The gas phase disproportionation reaction of propene on
supported organometallic catalysts is described in detail.
The catalysts studied during the research were based mainly
on molybdenum and tungsten, and were supported on a variety
of oxides. A static vacuum system was employed in the
catalysis and the reproducibility of catalyst activities was
guaranteed to a large extent by the development of an "in
situ" preparation technique.
The molybdenum hexacarbonyl catalyst was studied in
close detail using a series of supports and the effect of
varying the pretreatment of support indicated a maximum in
activity attributable to the appearance of certain surface
hydroxyl groups. Study of the activation temperature of
these supported catalysts suggested that the active species . contained no carbonyl groups and that the molybdenum had
undergone oxidation from Mo(0) to a higher oxidation state
during the process of activation. Infrared and e.s.r.

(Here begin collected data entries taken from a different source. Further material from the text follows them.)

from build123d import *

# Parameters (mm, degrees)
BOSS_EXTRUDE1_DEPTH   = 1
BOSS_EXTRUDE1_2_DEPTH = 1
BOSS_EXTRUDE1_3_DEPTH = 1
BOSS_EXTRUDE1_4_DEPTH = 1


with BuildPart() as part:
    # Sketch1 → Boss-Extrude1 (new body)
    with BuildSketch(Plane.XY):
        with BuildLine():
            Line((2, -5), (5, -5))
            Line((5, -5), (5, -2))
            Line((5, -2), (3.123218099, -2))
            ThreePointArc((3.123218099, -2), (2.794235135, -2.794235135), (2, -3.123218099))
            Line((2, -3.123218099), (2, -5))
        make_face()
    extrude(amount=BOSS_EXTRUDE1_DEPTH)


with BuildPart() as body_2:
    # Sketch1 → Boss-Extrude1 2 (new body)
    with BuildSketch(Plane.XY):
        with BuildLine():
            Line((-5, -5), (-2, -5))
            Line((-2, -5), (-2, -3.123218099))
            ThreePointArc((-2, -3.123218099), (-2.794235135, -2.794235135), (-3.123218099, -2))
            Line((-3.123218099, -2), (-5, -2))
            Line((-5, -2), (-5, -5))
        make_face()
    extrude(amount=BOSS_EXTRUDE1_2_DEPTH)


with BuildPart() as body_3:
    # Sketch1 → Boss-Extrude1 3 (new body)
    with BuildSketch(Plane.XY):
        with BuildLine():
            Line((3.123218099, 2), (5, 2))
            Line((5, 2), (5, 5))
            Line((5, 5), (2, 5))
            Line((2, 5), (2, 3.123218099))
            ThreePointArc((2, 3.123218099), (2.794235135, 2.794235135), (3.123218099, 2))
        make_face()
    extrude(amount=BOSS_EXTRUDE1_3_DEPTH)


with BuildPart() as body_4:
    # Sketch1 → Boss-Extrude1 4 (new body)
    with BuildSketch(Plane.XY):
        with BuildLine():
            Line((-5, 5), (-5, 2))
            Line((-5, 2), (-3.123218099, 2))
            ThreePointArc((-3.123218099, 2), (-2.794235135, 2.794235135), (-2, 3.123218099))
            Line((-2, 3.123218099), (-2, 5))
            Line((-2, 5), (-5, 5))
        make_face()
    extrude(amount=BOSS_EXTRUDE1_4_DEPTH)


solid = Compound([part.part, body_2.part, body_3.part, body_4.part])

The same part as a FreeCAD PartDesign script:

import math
import FreeCAD as App
import Part
import Sketcher

doc = App.newDocument("Part")
body = doc.addObject("PartDesign::Body", "Body")

# Sketch on XY plane
sketch1 = body.newObject("Sketcher::SketchObject", "Sketch")
sketch1.AttachmentSupport = (doc.getObject("XY_Plane"), [""])
sketch1.MapMode = "FlatFace"
sketch1.addGeometry([
    Part.LineSegment(App.Vector(2, -5, 0), App.Vector(5, -5, 0)),  # 0
    Part.LineSegment(App.Vector(5, -5, 0), App.Vector(5, -2, 0)),  # 1
    Part.LineSegment(App.Vector(5, -2, 0), App.Vector(3.1, -2, 0)),  # 2
    Part.ArcOfCircle(Part.Circle(App.Vector(2, -2, 0), App.Vector(0, 0, 1), 1.1), math.radians(-90), math.radians(0)),  # 3
    Part.LineSegment(App.Vector(2, -3.1, 0), App.Vector(2, -5, 0)),  # 4
], False)
sketch1.addConstraint([
    Sketcher.Constraint("Coincident", 0, 2, 1, 1),
    Sketcher.Constraint("Coincident", 1, 2, 2, 1),
    Sketcher.Constraint("Coincident", 2, 2, 3, 2),
    Sketcher.Constraint("Coincident", 3, 1, 4, 1),
    Sketcher.Constraint("Coincident", 4, 2, 0, 1),
    Sketcher.Constraint("Horizontal", 0),
    Sketcher.Constraint("Vertical", 1),
    Sketcher.Constraint("Horizontal", 2),
    Sketcher.Constraint("Vertical", 4),
    Sketcher.Constraint("Horizontal", 3, 3, 1, 2),
    Sketcher.Constraint("Equal", 0, 1),
    Sketcher.Constraint("Equal", 2, 4),
    Sketcher.Constraint("DistanceX", 0, 1, 0, 2, 3.0),
    Sketcher.Constraint("DistanceX", -1, 1, 3, 3, 2.0),
    Sketcher.Constraint("DistanceY", 3, 3, -1, 1, 2.0),
    Sketcher.Constraint("Radius", 3, 1.123218),
])
pad1 = body.newObject("PartDesign::Pad", "Pad")
pad1.Profile = sketch1
pad1.Length = 1
body2 = doc.addObject("PartDesign::Body", "Body001")

# Sketch on XY plane
sketch2 = body2.newObject("Sketcher::SketchObject", "Sketch001")
sketch2.AttachmentSupport = (doc.getObject("XY_Plane001"), [""])
sketch2.MapMode = "FlatFace"
sketch2.addGeometry([
    Part.LineSegment(App.Vector(-5, -5, 0), App.Vector(-2, -5, 0)),  # 0
    Part.LineSegment(App.Vector(-2, -5, 0), App.Vector(-2, -3.1, 0)),  # 1
    Part.ArcOfCircle(Part.Circle(App.Vector(-2, -2, 0), App.Vector(0, 0, 1), 1.1), math.radians(180), math.radians(270)),  # 2
    Part.LineSegment(App.Vector(-3.1, -2, 0), App.Vector(-5, -2, 0)),  # 3
    Part.LineSegment(App.Vector(-5, -2, 0), App.Vector(-5, -5, 0)),  # 4
], False)
sketch2.addConstraint([
    Sketcher.Constraint("Coincident", 0, 2, 1, 1),
    Sketcher.Constraint("Coincident", 1, 2, 2, 2),
    Sketcher.Constraint("Coincident", 2, 1, 3, 1),
    Sketcher.Constraint("Coincident", 3, 2, 4, 1),
    Sketcher.Constraint("Coincident", 4, 2, 0, 1),
    Sketcher.Constraint("Horizontal", 0),
    Sketcher.Constraint("Vertical", 1),
    Sketcher.Constraint("Horizontal", 3),
    Sketcher.Constraint("Vertical", 4),
    Sketcher.Constraint("Vertical", 2, 3, 0, 2),
    Sketcher.Constraint("Equal", 3, 1),
    Sketcher.Constraint("Equal", 0, 4),
    Sketcher.Constraint("DistanceX", 0, 1, 0, 2, 3.0),
    Sketcher.Constraint("DistanceX", 2, 3, -1, 1, 2.0),
    Sketcher.Constraint("DistanceY", 2, 3, -1, 1, 2.0),
    Sketcher.Constraint("Radius", 2, 1.123218),
])
pad2 = body2.newObject("PartDesign::Pad", "Pad001")
pad2.Profile = sketch2
pad2.Length = 1
body3 = doc.addObject("PartDesign::Body", "Body002")

# Sketch on XY plane
sketch3 = body3.newObject("Sketcher::SketchObject", "Sketch002")
sketch3.AttachmentSupport = (doc.getObject("XY_Plane002"), [""])
sketch3.MapMode = "FlatFace"
sketch3.addGeometry([
    Part.LineSegment(App.Vector(3.1, 2, 0), App.Vector(5, 2, 0)),  # 0
    Part.LineSegment(App.Vector(5, 2, 0), App.Vector(5, 5, 0)),  # 1
    Part.LineSegment(App.Vector(5, 5, 0), App.Vector(2, 5, 0)),  # 2
    Part.LineSegment(App.Vector(2, 5, 0), App.Vector(2, 3.1, 0)),  # 3
    Part.ArcOfCircle(Part.Circle(App.Vector(2, 2, 0), App.Vector(0, 0, 1), 1.1), math.radians(0), math.radians(90)),  # 4
], False)
sketch3.addConstraint([
    Sketcher.Constraint("Coincident", 0, 2, 1, 1),
    Sketcher.Constraint("Coincident", 1, 2, 2, 1),
    Sketcher.Constraint("Coincident", 2, 2, 3, 1),
    Sketcher.Constraint("Coincident", 3, 2, 4, 2),
    Sketcher.Constraint("Coincident", 4, 1, 0, 1),
    Sketcher.Constraint("Horizontal", 0),
    Sketcher.Constraint("Vertical", 1),
    Sketcher.Constraint("Horizontal", 2),
    Sketcher.Constraint("Vertical", 3),
    Sketcher.Constraint("Horizontal", 4, 3, 0, 2),
    Sketcher.Constraint("Vertical", 4, 3, 2, 2),
    Sketcher.Constraint("Equal", 2, 1),
    Sketcher.Constraint("DistanceX", 2, 2, 2, 1, 3.0),
    Sketcher.Constraint("DistanceX", -1, 1, 4, 3, 2.0),
    Sketcher.Constraint("DistanceY", -1, 1, 4, 3, 2.0),
    Sketcher.Constraint("Radius", 4, 1.123218),
])
pad3 = body3.newObject("PartDesign::Pad", "Pad002")
pad3.Profile = sketch3
pad3.Length = 1
body4 = doc.addObject("PartDesign::Body", "Body003")

# Sketch on XY plane
sketch4 = body4.newObject("Sketcher::SketchObject", "Sketch003")
sketch4.AttachmentSupport = (doc.getObject("XY_Plane003"), [""])
sketch4.MapMode = "FlatFace"
sketch4.addGeometry([
    Part.LineSegment(App.Vector(-5, 5, 0), App.Vector(-5, 2, 0)),  # 0
    Part.LineSegment(App.Vector(-5, 2, 0), App.Vector(-3.1, 2, 0)),  # 1
    Part.ArcOfCircle(Part.Circle(App.Vector(-2, 2, 0), App.Vector(0, 0, 1), 1.1), math.radians(90), math.radians(180)),  # 2
    Part.LineSegment(App.Vector(-2, 3.1, 0), App.Vector(-2, 5, 0)),  # 3
    Part.LineSegment(App.Vector(-2, 5, 0), App.Vector(-5, 5, 0)),  # 4
], False)
sketch4.addConstraint([
    Sketcher.Constraint("Coincident", 0, 2, 1, 1),
    Sketcher.Constraint("Coincident", 1, 2, 2, 2),
    Sketcher.Constraint("Coincident", 2, 1, 3, 1),
    Sketcher.Constraint("Coincident", 3, 2, 4, 1),
    Sketcher.Constraint("Coincident", 4, 2, 0, 1),
    Sketcher.Constraint("Vertical", 0),
    Sketcher.Constraint("Horizontal", 1),
    Sketcher.Constraint("Vertical", 3),
    Sketcher.Constraint("Horizontal", 4),
    Sketcher.Constraint("Horizontal", 2, 3, 0, 2),
    Sketcher.Constraint("Equal", 4, 0),
    Sketcher.Constraint("Equal", 1, 3),
    Sketcher.Constraint("DistanceX", 4, 2, 4, 1, 3.0),
    Sketcher.Constraint("DistanceX", 2, 3, -1, 1, 2.0),
    Sketcher.Constraint("DistanceY", -1, 1, 2, 3, 2.0),
    Sketcher.Constraint("Radius", 2, 1.123218),
])
pad4 = body4.newObject("PartDesign::Pad", "Pad003")
pad4.Profile = sketch4
pad4.Length = 1

doc.recompute()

spectroscopic techniques were used to support the findings
of the kinetic experiments.
The activities of a series of molybdenum and tungsten
non -carbonyl complexes supported on alumina and silica were
measured using the same mode of catalyst preparation. The
considerable activity of such catalysts was a consequence
of the rapid decomposition of the complex on the support.and
formation of the active species by oxidation. In the case
of the hexamethyltungsten catalyst it is thought that the
active catalytic species is generated by a reduction process.